Das Risiko bestimmen

Als weitere potentiell riskante Therapiegebiete nannte Schäfer Akne, Hypertonie (besondere Vorsicht bei ACE-Hemmern und AT-II-Antagonisten!), Psoriasis, Rheuma und die Thromboseprophylaxe. Denn Fakt ist: Da fast alle Medikamente das ungeborene Kind erreichen, erfolgt mit einer Arzneimitteleinname der Schwangeren auch immer direkt eine „Mitbehandlung“ des gesunden Kindes. Hier muss also eine Risikoklassifizierung der Arzneimittel stattfinden, so Schäfer. Kompliziert wird es eigentlich erst, wenn keine Therapieoption für Schwangere zugelassen ist, es also entweder einen Warnhinweis für das Arzneimittel in der Schwangerschaft gibt oder man im Off-label Use behandelt. Typisches Beispiel ist hier die Schwangerschaftsübelkeit, ein häufiges Thema in der Apotheke. Meclozin wäre der Arzneistoff der Wahl, dieser ist in Deutschland aber seit dem Jahr 2007 nicht mehr im Handel. Alternativ stehen für diese Indikation die Wirkstoffe Dimenhydrinat (Vomex®), Chlorpromazin/Promethazin oder Metoclopramid (Paspertin®) zur Verfügung.

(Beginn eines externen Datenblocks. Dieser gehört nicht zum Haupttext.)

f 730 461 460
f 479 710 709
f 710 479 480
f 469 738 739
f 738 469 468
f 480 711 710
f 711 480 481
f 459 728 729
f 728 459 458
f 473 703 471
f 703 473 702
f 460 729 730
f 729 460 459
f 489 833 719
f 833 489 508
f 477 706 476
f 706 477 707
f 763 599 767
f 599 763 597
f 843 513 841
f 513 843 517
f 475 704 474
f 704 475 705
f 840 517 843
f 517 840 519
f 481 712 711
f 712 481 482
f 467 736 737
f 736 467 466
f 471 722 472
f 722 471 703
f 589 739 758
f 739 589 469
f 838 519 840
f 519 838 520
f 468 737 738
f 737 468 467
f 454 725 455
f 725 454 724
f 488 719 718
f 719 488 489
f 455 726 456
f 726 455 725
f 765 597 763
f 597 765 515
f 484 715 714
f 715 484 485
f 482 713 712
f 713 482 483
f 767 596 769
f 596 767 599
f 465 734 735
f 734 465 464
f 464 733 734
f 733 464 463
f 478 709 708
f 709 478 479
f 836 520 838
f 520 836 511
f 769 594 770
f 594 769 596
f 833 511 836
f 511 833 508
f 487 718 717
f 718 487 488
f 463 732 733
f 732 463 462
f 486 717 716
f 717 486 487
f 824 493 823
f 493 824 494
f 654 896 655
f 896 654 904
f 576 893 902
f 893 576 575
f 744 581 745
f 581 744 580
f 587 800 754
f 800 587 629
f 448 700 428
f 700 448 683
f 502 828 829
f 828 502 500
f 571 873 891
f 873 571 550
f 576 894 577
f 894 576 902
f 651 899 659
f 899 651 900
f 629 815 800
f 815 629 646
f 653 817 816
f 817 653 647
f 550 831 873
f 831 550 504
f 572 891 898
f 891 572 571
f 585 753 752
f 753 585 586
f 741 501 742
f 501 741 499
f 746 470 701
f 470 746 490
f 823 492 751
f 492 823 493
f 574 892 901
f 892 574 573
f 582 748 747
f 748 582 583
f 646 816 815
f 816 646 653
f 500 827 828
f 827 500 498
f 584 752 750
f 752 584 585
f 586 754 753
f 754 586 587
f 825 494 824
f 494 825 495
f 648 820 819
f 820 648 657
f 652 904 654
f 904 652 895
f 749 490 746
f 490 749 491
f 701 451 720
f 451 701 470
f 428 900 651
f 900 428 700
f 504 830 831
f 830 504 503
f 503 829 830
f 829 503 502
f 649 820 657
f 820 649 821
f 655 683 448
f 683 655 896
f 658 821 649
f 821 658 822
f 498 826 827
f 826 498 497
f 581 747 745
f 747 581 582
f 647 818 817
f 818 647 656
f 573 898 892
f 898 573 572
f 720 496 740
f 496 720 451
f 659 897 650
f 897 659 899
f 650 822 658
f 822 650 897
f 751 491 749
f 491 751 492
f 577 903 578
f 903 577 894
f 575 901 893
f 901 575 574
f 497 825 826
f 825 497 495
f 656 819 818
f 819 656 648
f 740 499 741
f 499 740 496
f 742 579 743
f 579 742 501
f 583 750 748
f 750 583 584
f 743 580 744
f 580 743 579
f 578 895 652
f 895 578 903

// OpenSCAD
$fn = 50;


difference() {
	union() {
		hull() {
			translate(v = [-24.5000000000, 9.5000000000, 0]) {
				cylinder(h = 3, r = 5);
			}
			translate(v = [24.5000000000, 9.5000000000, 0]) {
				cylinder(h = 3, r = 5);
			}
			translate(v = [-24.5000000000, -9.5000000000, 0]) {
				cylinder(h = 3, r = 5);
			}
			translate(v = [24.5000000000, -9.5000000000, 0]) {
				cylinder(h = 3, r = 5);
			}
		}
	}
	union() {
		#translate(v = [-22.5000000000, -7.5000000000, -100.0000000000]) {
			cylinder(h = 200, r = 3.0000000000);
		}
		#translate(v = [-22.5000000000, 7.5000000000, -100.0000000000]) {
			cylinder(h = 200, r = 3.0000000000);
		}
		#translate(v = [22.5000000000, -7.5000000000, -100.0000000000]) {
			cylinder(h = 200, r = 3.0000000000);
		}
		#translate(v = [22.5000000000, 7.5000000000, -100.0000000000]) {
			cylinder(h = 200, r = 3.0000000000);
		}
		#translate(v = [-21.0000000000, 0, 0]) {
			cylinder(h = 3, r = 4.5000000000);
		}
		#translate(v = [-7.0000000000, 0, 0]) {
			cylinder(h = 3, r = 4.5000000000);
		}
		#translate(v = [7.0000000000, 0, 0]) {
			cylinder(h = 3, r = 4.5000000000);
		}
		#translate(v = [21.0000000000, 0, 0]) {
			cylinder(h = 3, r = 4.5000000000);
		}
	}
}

Fachinformation entspricht oft nicht der Realität

Schäfer gab in seinem Vortrag auch Arzneimittel-Empfehlungen für „typische“ Beschwerden. Denn für fast alle Erkrankungen in der Schwangerschaft gibt es hinreichend untersuchte Medikamente. Diese lassen sich jedoch nicht anhand von Beipackzettel oder Roter Liste finden, denn dort steht häufig, dass keine hinreichenden Daten zur Anwendung vorliegen – was nicht der Wahrheit entspricht. Bei den Schmerzmitteln beispielsweise ist Paracetamol Mittel der Wahl. Auch Ibuprofen kann eingenommen werden, allerdings nur bis zur Schwangerschaftswoche 28! Penicillin und Cephalosporine sind die Antibiotika der Wahl, bei einer Penicillin-Allergie können auch Makrolide oder Cotrimoxazol eingenommen werden. Für Allergikerinnen stehen die Wirkstoffe Loratadin, Cetirizin und Dimetinden (Fenistil®) zur Verfügung, bei einer Erkältung können Nasentropfen in der Kinderdosierung von 0,05% Xylometazolin kurzfristig angewendet werden.

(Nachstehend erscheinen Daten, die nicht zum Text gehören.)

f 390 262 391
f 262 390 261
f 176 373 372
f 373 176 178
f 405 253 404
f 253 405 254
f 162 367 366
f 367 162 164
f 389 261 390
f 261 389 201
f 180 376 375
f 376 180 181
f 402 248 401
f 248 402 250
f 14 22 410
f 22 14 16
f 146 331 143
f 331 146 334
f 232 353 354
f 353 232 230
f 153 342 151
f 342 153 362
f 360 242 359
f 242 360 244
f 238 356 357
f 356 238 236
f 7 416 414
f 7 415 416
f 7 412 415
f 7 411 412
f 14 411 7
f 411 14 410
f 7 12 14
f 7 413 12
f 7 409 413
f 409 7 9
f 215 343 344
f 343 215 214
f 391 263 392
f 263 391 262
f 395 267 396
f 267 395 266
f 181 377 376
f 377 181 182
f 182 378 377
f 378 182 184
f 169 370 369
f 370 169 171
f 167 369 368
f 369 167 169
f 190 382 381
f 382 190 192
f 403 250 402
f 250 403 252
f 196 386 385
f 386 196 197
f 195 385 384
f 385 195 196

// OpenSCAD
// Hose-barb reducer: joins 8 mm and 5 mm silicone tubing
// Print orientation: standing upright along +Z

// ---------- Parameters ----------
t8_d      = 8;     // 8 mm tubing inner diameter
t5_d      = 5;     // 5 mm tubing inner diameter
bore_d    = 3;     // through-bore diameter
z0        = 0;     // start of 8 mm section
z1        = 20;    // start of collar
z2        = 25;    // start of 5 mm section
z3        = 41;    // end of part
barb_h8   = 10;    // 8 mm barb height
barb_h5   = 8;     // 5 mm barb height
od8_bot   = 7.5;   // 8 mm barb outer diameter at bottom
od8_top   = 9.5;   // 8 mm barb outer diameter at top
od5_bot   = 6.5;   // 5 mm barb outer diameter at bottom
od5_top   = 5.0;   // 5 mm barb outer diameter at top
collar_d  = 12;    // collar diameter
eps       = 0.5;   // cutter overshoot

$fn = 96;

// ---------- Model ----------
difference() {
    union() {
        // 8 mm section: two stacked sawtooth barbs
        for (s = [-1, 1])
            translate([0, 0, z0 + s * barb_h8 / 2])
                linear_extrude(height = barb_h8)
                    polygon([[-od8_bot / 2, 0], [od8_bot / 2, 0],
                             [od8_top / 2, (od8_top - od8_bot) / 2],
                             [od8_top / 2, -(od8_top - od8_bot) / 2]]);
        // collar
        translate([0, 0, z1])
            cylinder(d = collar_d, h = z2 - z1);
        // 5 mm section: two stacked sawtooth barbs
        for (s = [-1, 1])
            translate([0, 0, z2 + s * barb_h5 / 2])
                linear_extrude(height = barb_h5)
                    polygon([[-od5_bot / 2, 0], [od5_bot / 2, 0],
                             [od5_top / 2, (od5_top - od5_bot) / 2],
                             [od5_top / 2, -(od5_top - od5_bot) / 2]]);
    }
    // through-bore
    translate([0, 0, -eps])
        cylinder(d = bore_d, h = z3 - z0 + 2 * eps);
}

Wie sollte man schließlich vorgehen, wenn eine Schwangere oder man selbst bezüglich der Einnahme eines Arzneimittels in der Schwangerschaft unsicher ist? Eine Schwarz-Weiß-Darstellung hilft in diesem Fall nicht, so der Experte. Wichtig ist herauszufinden, was wirklich zu diesem Medikament bekannt ist und eine sorgfältige quantifizierende Risikobewertung vorzunehmen - und dazu kann man den Fragebogen auf der Homepage des Pharmakovigilanzzentrum für Embryonaltoxikologie der Charité-Universitätsmedizin, kurz Embryotox, verwenden. Dort finden sie übrigens auch detaillierte Informationen zur Verträglichkeit der wichtigsten 430 Wirkstoffe.